Dataset entries:
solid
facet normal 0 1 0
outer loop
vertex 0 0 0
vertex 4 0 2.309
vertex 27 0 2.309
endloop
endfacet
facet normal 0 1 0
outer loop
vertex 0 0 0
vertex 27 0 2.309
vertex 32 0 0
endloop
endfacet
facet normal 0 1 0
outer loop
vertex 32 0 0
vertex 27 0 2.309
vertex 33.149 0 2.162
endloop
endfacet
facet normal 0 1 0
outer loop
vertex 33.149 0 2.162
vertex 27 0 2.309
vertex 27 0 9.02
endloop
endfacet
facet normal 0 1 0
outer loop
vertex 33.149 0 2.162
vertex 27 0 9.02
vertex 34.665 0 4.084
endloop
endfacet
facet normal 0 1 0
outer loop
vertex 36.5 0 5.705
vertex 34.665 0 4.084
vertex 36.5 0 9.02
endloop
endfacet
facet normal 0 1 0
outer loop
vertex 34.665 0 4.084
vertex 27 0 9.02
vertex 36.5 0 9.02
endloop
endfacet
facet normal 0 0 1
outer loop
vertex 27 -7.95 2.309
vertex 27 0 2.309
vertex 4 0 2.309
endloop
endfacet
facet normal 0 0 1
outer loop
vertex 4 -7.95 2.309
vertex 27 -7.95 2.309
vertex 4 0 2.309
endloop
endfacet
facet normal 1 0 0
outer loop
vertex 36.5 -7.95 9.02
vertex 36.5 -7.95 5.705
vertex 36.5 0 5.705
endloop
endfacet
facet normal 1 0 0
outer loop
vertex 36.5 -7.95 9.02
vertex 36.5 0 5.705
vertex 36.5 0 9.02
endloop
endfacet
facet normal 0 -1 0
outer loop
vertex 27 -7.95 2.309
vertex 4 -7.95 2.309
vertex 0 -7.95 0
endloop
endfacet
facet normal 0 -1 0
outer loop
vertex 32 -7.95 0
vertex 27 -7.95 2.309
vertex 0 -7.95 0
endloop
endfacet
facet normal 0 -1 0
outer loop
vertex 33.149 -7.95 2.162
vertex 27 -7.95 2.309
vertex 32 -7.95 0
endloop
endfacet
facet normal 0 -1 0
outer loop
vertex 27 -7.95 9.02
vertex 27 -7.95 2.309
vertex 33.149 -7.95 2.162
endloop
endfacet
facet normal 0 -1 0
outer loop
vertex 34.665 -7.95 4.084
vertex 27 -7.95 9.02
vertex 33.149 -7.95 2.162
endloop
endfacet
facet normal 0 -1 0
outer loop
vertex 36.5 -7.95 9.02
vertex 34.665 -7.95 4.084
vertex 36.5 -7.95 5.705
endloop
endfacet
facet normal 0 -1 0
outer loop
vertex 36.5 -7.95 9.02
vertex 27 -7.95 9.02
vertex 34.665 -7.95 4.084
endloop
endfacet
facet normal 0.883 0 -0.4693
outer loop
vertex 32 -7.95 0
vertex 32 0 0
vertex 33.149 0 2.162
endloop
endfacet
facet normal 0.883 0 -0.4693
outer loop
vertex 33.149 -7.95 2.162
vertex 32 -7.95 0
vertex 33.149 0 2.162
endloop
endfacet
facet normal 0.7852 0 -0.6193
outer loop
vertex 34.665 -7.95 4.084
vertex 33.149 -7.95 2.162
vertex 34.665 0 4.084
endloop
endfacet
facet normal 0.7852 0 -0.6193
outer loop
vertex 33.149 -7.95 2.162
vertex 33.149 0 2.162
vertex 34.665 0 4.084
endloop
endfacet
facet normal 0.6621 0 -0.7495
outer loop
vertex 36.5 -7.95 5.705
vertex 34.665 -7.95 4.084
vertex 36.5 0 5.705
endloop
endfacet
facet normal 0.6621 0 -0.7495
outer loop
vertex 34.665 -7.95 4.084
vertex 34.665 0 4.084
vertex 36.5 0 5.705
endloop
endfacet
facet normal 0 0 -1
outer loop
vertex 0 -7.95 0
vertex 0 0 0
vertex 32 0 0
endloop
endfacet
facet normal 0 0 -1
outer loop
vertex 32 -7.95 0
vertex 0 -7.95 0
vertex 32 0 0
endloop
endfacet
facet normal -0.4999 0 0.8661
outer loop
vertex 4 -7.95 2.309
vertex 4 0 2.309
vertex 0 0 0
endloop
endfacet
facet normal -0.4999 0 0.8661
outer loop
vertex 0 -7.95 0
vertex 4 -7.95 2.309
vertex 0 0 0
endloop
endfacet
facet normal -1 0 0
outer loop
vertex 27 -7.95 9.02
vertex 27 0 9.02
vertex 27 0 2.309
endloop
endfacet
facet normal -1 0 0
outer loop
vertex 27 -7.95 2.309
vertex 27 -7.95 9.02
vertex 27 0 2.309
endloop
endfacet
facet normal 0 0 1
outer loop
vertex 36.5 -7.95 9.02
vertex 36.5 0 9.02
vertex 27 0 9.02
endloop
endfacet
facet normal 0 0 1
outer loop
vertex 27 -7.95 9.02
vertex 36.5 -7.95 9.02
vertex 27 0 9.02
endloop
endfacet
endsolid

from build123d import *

# Parameters (mm, degrees)
F1_DEPTH = 7.95


with BuildPart() as f1:
    # F0 (on Front) → F1 (new body)
    with BuildSketch(Plane.XZ):
        with BuildLine():
            Line((4, 2.309401), (0, 0))
            Line((0, 0), (25.413539, 0))
            Line((25.413539, 0), (32, 0))
            ThreePointArc((32, 0), (33.863776, 3.157224), (36.5, 5.705172))
            Line((36.5, 5.705172), (36.5, 9.02))
            Line((36.5, 9.02), (27, 9.02))
            Line((27, 9.02), (27, 4.098076))
            Line((27, 4.098076), (27, 2.309401))
            Line((27, 2.309401), (4, 2.309401))
        make_face()
    extrude(amount=F1_DEPTH)


solid = f1.part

◆ **Task to carry out**: Reproduce the entries above in full, so that each one reads exactly as before.

◆ **Response to the task**:
solid
facet normal 0 1 0
outer loop
vertex 0 0 0
vertex 4 0 2.309
vertex 27 0 2.309
endloop
endfacet
facet normal 0 1 0
outer loop
vertex 0 0 0
vertex 27 0 2.309
vertex 32 0 0
endloop
endfacet
facet normal 0 1 0
outer loop
vertex 32 0 0
vertex 27 0 2.309
vertex 33.149 0 2.162
endloop
endfacet
facet normal 0 1 0
outer loop
vertex 33.149 0 2.162
vertex 27 0 2.309
vertex 27 0 9.02
endloop
endfacet
facet normal 0 1 0
outer loop
vertex 33.149 0 2.162
vertex 27 0 9.02
vertex 34.665 0 4.084
endloop
endfacet
facet normal 0 1 0
outer loop
vertex 36.5 0 5.705
vertex 34.665 0 4.084
vertex 36.5 0 9.02
endloop
endfacet
facet normal 0 1 0
outer loop
vertex 34.665 0 4.084
vertex 27 0 9.02
vertex 36.5 0 9.02
endloop
endfacet
facet normal 0 0 1
outer loop
vertex 27 -7.95 2.309
vertex 27 0 2.309
vertex 4 0 2.309
endloop
endfacet
facet normal 0 0 1
outer loop
vertex 4 -7.95 2.309
vertex 27 -7.95 2.309
vertex 4 0 2.309
endloop
endfacet
facet normal 1 0 0
outer loop
vertex 36.5 -7.95 9.02
vertex 36.5 -7.95 5.705
vertex 36.5 0 5.705
endloop
endfacet
facet normal 1 0 0
outer loop
vertex 36.5 -7.95 9.02
vertex 36.5 0 5.705
vertex 36.5 0 9.02
endloop
endfacet
facet normal 0 -1 0
outer loop
vertex 27 -7.95 2.309
vertex 4 -7.95 2.309
vertex 0 -7.95 0
endloop
endfacet
facet normal 0 -1 0
outer loop
vertex 32 -7.95 0
vertex 27 -7.95 2.309
vertex 0 -7.95 0
endloop
endfacet
facet normal 0 -1 0
outer loop
vertex 33.149 -7.95 2.162
vertex 27 -7.95 2.309
vertex 32 -7.95 0
endloop
endfacet
facet normal 0 -1 0
outer loop
vertex 27 -7.95 9.02
vertex 27 -7.95 2.309
vertex 33.149 -7.95 2.162
endloop
endfacet
facet normal 0 -1 0
outer loop
vertex 34.665 -7.95 4.084
vertex 27 -7.95 9.02
vertex 33.149 -7.95 2.162
endloop
endfacet
facet normal 0 -1 0
outer loop
vertex 36.5 -7.95 9.02
vertex 34.665 -7.95 4.084
vertex 36.5 -7.95 5.705
endloop
endfacet
facet normal 0 -1 0
outer loop
vertex 36.5 -7.95 9.02
vertex 27 -7.95 9.02
vertex 34.665 -7.95 4.084
endloop
endfacet
facet normal 0.883 0 -0.4693
outer loop
vertex 32 -7.95 0
vertex 32 0 0
vertex 33.149 0 2.162
endloop
endfacet
facet normal 0.883 0 -0.4693
outer loop
vertex 33.149 -7.95 2.162
vertex 32 -7.95 0
vertex 33.149 0 2.162
endloop
endfacet
facet normal 0.7852 0 -0.6193
outer loop
vertex 34.665 -7.95 4.084
vertex 33.149 -7.95 2.162
vertex 34.665 0 4.084
endloop
endfacet
facet normal 0.7852 0 -0.6193
outer loop
vertex 33.149 -7.95 2.162
vertex 33.149 0 2.162
vertex 34.665 0 4.084
endloop
endfacet
facet normal 0.6621 0 -0.7495
outer loop
vertex 36.5 -7.95 5.705
vertex 34.665 -7.95 4.084
vertex 36.5 0 5.705
endloop
endfacet
facet normal 0.6621 0 -0.7495
outer loop
vertex 34.665 -7.95 4.084
vertex 34.665 0 4.084
vertex 36.5 0 5.705
endloop
endfacet
facet normal 0 0 -1
outer loop
vertex 0 -7.95 0
vertex 0 0 0
vertex 32 0 0
endloop
endfacet
facet normal 0 0 -1
outer loop
vertex 32 -7.95 0
vertex 0 -7.95 0
vertex 32 0 0
endloop
endfacet
facet normal -0.4999 0 0.8661
outer loop
vertex 4 -7.95 2.309
vertex 4 0 2.309
vertex 0 0 0
endloop
endfacet
facet normal -0.4999 0 0.8661
outer loop
vertex 0 -7.95 0
vertex 4 -7.95 2.309
vertex 0 0 0
endloop
endfacet
facet normal -1 0 0
outer loop
vertex 27 -7.95 9.02
vertex 27 0 9.02
vertex 27 0 2.309
endloop
endfacet
facet normal -1 0 0
outer loop
vertex 27 -7.95 2.309
vertex 27 -7.95 9.02
vertex 27 0 2.309
endloop
endfacet
facet normal 0 0 1
outer loop
vertex 36.5 -7.95 9.02
vertex 36.5 0 9.02
vertex 27 0 9.02
endloop
endfacet
facet normal 0 0 1
outer loop
vertex 27 -7.95 9.02
vertex 36.5 -7.95 9.02
vertex 27 0 9.02
endloop
endfacet
endsolid

from build123d import *

# Parameters (mm, degrees)
F1_DEPTH = 7.95


with BuildPart() as f1:
    # F0 (on Front) → F1 (new body)
    with BuildSketch(Plane.XZ):
        with BuildLine():
            Line((4, 2.309401), (0, 0))
            Line((0, 0), (25.413539, 0))
            Line((25.413539, 0), (32, 0))
            ThreePointArc((32, 0), (33.863776, 3.157224), (36.5, 5.705172))
            Line((36.5, 5.705172), (36.5, 9.02))
            Line((36.5, 9.02), (27, 9.02))
            Line((27, 9.02), (27, 4.098076))
            Line((27, 4.098076), (27, 2.309401))
            Line((27, 2.309401), (4, 2.309401))
        make_face()
    extrude(amount=F1_DEPTH)


solid = f1.part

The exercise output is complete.